→ **WORK ITEM**:
Counting the line with "f 168 138 137" as the last one, copy out the lines of the data exactly from the first onward.

→ **SUPPLIED DATA**:
****************************************

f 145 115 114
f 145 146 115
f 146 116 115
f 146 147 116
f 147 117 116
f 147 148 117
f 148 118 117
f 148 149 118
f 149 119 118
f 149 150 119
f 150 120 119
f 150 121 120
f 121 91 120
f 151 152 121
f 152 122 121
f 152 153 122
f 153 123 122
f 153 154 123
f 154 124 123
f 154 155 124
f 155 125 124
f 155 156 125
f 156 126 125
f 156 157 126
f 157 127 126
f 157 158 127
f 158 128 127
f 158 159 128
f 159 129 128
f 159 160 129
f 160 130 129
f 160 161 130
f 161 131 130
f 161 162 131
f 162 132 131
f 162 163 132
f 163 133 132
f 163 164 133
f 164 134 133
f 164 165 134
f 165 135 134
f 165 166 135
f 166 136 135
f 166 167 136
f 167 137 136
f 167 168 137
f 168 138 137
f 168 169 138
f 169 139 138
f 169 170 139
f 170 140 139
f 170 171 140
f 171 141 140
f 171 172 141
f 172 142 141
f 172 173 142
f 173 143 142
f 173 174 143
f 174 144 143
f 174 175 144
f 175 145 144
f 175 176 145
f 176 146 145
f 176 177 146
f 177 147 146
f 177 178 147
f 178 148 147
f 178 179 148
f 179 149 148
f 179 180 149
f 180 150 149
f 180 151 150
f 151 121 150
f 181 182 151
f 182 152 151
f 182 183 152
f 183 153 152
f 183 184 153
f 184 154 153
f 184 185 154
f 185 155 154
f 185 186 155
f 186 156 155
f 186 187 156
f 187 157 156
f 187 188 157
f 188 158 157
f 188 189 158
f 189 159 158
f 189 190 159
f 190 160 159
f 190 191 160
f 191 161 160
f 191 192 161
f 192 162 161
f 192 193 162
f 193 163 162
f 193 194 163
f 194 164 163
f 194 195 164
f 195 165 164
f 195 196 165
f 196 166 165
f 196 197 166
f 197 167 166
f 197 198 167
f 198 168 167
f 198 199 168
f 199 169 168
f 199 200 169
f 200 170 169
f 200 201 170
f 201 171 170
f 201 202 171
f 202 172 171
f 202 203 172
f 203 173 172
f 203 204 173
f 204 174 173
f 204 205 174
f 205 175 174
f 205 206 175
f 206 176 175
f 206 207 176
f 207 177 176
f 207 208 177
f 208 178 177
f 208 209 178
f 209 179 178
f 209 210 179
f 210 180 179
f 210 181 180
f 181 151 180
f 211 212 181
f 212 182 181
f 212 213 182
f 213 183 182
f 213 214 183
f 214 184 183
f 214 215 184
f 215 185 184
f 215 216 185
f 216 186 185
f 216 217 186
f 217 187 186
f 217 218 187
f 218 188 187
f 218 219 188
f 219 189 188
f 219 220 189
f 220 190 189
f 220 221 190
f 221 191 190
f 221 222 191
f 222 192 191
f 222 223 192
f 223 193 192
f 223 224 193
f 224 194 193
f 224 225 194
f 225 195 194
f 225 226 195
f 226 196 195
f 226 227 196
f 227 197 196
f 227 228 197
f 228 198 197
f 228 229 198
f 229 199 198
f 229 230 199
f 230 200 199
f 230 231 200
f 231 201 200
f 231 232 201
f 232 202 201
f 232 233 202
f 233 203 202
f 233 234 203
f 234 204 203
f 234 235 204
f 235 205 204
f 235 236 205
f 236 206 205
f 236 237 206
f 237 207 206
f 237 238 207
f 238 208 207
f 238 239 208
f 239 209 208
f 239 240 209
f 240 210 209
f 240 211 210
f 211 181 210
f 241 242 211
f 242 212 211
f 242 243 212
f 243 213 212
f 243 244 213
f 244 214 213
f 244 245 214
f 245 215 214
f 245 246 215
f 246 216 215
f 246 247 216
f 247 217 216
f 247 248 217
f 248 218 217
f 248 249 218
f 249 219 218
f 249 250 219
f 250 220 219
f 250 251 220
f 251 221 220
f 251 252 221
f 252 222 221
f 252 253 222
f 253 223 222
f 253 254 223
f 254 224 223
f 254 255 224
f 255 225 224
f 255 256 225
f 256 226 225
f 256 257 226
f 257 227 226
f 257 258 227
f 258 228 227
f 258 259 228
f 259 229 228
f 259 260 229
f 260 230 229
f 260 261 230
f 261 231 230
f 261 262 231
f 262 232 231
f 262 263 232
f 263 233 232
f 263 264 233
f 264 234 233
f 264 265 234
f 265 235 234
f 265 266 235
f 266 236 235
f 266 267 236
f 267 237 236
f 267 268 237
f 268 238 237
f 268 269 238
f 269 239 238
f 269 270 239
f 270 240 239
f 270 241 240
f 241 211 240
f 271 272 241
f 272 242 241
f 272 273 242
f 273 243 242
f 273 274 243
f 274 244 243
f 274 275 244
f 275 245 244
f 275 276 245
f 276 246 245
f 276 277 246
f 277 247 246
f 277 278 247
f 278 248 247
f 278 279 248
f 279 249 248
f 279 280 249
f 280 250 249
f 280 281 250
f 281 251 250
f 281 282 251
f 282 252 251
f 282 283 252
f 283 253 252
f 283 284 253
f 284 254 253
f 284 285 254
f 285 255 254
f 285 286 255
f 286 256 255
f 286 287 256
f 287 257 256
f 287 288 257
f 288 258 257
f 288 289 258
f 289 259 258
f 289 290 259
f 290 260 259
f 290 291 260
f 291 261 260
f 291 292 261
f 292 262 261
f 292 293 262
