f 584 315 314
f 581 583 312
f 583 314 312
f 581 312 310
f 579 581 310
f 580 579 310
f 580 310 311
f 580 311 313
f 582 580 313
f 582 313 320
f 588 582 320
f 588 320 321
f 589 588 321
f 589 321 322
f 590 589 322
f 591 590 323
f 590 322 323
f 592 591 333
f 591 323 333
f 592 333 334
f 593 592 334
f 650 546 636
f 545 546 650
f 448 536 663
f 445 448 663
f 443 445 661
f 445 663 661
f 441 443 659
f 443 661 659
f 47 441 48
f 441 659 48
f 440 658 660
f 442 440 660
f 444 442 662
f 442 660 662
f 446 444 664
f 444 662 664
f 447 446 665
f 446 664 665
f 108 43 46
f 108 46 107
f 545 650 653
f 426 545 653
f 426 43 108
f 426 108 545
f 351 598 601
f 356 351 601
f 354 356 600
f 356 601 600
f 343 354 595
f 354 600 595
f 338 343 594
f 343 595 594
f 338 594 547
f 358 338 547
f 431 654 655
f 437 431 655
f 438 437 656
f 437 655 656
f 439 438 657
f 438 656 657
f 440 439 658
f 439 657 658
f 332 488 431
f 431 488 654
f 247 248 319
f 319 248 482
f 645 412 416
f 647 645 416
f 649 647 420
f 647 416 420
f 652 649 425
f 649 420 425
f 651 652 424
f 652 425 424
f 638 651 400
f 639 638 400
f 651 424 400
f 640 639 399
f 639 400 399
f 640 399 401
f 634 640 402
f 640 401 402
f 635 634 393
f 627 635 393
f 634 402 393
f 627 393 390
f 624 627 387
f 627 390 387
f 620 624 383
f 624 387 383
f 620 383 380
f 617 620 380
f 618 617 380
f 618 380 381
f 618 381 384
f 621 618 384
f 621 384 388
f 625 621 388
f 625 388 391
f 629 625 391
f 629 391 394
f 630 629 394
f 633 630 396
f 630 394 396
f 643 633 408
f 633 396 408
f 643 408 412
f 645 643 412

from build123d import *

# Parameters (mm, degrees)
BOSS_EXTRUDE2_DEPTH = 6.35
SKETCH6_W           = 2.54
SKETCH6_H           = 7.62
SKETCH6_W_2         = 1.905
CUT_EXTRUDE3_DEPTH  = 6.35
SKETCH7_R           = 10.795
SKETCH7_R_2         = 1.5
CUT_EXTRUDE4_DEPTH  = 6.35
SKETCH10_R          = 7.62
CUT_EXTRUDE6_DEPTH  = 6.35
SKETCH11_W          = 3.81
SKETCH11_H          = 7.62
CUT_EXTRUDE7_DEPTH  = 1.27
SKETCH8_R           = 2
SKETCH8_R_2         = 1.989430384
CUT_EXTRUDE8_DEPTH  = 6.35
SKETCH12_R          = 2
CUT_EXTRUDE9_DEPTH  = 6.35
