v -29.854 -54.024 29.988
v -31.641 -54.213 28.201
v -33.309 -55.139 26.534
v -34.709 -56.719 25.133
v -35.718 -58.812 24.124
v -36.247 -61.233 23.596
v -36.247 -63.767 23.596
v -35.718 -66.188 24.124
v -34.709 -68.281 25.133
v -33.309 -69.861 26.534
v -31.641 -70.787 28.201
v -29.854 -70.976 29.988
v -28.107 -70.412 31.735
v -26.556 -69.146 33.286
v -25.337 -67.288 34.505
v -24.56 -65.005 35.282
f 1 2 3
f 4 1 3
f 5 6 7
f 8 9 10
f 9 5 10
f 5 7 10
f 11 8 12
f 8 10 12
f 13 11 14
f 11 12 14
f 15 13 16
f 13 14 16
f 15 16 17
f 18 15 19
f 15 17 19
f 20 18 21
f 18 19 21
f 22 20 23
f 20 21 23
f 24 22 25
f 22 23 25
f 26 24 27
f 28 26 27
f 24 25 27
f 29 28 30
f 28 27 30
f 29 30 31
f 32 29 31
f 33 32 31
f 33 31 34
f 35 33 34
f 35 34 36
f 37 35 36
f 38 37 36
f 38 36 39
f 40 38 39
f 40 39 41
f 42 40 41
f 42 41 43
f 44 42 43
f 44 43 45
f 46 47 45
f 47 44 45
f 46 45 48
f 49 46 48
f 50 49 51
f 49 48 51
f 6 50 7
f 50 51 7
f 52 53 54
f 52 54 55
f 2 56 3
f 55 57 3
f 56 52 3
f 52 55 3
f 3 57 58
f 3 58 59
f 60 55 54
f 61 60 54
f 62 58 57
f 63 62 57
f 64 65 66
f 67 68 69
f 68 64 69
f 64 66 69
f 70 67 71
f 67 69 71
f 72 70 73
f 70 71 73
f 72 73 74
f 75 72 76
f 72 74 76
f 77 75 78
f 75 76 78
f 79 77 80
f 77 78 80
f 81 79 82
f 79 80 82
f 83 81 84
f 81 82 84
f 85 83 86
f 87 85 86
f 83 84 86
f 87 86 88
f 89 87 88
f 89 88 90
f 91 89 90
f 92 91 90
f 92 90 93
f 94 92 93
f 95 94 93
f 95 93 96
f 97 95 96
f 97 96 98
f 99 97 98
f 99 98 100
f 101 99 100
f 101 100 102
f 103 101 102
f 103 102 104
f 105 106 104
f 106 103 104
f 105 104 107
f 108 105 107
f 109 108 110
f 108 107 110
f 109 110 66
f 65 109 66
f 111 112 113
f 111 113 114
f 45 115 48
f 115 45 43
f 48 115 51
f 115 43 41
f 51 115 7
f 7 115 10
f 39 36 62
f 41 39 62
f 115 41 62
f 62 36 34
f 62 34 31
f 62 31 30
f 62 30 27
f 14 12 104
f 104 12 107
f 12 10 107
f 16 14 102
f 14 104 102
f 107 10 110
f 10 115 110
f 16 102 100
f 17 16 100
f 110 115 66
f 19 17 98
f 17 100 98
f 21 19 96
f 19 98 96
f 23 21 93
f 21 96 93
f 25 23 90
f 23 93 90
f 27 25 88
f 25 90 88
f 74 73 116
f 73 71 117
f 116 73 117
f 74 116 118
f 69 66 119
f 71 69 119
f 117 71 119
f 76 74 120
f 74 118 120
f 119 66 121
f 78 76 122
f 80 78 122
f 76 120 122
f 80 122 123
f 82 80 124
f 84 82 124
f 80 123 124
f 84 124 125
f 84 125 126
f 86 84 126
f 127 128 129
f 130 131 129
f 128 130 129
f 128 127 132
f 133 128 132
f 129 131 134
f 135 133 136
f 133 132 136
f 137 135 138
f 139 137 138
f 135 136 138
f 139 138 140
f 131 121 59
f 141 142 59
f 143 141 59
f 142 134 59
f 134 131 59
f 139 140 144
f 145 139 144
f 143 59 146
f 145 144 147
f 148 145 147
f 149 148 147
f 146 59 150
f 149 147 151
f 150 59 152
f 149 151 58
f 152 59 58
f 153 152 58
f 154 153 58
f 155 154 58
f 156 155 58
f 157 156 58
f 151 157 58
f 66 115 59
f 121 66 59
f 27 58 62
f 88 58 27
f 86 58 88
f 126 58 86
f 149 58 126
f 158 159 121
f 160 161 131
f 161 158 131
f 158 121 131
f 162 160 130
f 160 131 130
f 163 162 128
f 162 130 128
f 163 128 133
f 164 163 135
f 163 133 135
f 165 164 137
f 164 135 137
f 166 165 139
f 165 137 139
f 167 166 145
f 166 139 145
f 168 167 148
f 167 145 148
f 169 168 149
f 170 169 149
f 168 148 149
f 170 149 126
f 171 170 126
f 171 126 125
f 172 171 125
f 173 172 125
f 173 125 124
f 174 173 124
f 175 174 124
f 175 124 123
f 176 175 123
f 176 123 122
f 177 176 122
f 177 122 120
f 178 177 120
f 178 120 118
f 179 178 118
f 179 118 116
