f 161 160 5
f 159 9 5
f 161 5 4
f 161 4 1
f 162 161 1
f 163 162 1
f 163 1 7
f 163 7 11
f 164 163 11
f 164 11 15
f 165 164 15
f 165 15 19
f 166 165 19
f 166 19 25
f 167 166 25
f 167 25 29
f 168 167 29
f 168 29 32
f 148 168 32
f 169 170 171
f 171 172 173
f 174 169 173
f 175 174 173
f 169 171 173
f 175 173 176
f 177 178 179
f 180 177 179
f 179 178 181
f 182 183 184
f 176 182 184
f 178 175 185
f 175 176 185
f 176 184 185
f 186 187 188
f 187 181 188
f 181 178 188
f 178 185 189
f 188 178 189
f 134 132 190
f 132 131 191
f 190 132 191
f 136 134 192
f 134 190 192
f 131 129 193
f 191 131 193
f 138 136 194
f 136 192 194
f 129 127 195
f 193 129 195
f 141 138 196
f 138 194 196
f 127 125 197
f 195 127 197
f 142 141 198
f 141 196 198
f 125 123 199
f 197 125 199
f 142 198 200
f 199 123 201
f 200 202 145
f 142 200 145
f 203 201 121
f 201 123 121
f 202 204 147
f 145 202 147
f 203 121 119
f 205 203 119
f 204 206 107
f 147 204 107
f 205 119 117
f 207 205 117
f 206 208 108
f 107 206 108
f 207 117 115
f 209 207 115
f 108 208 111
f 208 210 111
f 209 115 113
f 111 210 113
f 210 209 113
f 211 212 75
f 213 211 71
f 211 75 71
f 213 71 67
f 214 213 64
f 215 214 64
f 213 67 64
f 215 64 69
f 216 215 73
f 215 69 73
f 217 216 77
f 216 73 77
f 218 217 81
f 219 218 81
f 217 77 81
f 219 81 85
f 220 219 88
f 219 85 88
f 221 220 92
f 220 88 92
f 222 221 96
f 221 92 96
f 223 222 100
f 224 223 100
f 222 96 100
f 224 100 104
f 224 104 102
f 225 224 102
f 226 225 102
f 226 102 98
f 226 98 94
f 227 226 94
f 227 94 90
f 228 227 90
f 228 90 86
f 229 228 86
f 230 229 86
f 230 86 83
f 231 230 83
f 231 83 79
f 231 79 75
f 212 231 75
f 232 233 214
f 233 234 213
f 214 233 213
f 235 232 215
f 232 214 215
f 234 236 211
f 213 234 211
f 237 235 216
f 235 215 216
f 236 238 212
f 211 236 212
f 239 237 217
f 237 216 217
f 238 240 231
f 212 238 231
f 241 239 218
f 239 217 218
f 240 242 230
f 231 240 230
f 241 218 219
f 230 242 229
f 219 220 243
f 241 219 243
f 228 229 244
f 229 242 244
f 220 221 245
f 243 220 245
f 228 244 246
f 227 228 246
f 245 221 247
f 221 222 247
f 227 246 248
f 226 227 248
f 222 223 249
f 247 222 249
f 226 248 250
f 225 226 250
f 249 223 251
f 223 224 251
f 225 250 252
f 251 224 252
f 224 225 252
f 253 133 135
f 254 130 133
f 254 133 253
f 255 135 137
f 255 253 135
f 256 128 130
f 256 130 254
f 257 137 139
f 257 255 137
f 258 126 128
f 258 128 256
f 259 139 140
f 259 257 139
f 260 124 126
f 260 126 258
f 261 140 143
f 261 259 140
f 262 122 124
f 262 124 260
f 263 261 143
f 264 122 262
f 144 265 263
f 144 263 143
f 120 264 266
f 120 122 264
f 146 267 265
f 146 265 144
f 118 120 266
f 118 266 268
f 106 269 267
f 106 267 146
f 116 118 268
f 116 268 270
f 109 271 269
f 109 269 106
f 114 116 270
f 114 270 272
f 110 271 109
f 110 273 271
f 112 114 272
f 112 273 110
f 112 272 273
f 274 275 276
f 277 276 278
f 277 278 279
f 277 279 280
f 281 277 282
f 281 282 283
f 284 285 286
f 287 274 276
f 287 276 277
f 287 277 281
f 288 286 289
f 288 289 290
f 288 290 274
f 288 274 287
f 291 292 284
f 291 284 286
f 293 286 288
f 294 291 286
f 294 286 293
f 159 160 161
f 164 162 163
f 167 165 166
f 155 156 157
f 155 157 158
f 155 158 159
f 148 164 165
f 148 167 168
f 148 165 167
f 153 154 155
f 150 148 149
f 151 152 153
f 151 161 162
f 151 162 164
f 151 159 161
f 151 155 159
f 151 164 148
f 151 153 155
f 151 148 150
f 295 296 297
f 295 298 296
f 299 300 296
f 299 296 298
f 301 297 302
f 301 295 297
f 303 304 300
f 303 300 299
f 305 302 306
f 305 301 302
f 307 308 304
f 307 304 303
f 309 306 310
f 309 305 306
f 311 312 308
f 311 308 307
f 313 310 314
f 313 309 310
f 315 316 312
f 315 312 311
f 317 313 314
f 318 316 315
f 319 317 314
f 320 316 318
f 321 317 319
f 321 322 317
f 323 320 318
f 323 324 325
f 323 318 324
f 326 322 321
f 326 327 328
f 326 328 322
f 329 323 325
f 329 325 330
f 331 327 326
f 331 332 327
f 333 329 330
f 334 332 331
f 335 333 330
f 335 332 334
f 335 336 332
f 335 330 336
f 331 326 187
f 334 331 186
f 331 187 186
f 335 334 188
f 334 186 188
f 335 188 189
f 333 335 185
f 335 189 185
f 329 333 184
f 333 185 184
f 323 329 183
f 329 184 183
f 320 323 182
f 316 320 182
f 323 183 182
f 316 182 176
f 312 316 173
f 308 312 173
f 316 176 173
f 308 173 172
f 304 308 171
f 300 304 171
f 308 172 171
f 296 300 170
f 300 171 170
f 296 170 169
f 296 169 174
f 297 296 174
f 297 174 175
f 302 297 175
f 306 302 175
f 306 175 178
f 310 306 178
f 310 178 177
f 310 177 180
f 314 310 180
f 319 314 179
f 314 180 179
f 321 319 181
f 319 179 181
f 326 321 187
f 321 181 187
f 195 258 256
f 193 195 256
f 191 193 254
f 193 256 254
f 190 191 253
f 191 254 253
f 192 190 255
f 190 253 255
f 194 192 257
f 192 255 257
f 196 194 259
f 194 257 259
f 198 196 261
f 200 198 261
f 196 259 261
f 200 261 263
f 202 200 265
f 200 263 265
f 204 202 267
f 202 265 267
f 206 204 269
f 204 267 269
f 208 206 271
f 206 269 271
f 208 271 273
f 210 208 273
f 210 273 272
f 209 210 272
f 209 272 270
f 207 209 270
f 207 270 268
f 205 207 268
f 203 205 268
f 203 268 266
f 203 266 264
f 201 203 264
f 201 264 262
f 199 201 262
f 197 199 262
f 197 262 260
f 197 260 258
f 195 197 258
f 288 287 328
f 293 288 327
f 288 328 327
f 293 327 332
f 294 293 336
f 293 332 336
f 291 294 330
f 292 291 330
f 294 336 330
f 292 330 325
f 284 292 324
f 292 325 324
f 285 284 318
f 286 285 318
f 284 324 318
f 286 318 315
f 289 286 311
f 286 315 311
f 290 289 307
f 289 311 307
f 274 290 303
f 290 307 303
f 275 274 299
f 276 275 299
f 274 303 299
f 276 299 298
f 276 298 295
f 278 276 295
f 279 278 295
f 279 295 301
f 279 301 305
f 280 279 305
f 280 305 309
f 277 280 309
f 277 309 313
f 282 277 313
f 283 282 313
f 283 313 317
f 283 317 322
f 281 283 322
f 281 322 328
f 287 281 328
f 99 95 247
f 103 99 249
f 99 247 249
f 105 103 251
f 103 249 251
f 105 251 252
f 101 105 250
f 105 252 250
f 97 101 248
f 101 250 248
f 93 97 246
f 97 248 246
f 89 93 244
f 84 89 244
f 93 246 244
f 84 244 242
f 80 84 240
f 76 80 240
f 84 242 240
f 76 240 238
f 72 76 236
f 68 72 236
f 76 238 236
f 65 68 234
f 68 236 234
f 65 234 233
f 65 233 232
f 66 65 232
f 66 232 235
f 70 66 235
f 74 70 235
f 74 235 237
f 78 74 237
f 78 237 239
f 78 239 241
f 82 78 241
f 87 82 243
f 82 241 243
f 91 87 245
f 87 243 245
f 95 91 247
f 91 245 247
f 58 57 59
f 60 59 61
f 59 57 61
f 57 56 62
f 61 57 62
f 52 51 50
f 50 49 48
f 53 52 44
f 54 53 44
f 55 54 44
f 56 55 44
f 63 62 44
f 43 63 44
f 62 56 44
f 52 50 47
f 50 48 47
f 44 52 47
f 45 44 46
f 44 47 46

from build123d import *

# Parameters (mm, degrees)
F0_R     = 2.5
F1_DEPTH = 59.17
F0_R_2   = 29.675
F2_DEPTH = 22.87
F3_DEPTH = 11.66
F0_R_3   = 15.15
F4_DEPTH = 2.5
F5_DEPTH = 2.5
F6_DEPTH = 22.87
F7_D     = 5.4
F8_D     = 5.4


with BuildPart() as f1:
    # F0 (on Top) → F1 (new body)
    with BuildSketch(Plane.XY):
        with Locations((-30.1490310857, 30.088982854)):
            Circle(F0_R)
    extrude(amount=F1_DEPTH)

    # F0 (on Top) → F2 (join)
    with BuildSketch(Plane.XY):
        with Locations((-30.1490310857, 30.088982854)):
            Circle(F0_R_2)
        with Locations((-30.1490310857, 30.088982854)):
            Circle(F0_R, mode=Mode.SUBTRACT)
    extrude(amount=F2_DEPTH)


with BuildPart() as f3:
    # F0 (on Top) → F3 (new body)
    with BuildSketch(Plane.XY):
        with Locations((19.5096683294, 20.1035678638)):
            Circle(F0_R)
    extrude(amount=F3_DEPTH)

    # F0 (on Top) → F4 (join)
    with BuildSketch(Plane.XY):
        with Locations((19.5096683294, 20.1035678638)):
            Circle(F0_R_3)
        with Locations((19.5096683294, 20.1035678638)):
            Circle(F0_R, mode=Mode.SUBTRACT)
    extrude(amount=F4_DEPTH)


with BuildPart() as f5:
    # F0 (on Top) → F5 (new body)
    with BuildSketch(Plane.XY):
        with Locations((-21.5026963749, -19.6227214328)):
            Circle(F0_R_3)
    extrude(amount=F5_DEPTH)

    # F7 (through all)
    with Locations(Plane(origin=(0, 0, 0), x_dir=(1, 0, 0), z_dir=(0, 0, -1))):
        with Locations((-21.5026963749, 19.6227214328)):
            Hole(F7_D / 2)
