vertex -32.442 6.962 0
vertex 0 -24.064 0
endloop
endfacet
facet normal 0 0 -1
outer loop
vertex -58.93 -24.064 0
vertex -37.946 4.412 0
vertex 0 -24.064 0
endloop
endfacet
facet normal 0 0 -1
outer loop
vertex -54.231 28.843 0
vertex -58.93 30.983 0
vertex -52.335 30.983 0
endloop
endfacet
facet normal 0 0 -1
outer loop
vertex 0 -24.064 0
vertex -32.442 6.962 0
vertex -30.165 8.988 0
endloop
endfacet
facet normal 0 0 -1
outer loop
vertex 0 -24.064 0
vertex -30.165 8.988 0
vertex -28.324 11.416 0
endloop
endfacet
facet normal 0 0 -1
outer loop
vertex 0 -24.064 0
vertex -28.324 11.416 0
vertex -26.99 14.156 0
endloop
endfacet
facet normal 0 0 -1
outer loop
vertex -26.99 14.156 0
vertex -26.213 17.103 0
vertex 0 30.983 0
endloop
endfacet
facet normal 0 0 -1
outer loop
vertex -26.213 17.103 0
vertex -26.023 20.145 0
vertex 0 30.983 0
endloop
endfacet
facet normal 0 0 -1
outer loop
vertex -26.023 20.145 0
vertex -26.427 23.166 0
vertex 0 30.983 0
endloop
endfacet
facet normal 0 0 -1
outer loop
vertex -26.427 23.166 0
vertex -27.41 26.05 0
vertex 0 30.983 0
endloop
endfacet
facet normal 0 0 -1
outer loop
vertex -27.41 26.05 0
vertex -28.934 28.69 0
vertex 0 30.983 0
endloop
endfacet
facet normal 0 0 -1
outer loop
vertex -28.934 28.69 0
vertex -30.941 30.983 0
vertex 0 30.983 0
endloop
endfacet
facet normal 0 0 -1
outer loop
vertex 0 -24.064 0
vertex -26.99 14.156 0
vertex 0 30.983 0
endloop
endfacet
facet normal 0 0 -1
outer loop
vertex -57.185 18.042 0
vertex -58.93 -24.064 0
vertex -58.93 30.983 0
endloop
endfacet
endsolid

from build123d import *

****************************************

→ **FINISHED TASK**:
f 145 115 114
f 145 146 115
f 146 116 115
f 146 147 116
f 147 117 116
f 147 148 117
f 148 118 117
f 148 149 118
f 149 119 118
f 149 150 119
f 150 120 119
f 150 121 120
f 121 91 120
f 151 152 121
f 152 122 121
f 152 153 122
f 153 123 122
f 153 154 123
f 154 124 123
f 154 155 124
f 155 125 124
f 155 156 125
f 156 126 125
f 156 157 126
f 157 127 126
f 157 158 127
f 158 128 127
f 158 159 128
f 159 129 128
f 159 160 129
f 160 130 129
f 160 161 130
f 161 131 130
f 161 162 131
f 162 132 131
f 162 163 132
f 163 133 132
f 163 164 133
f 164 134 133
f 164 165 134
f 165 135 134
f 165 166 135
f 166 136 135
f 166 167 136
f 167 137 136
f 167 168 137
f 168 138 137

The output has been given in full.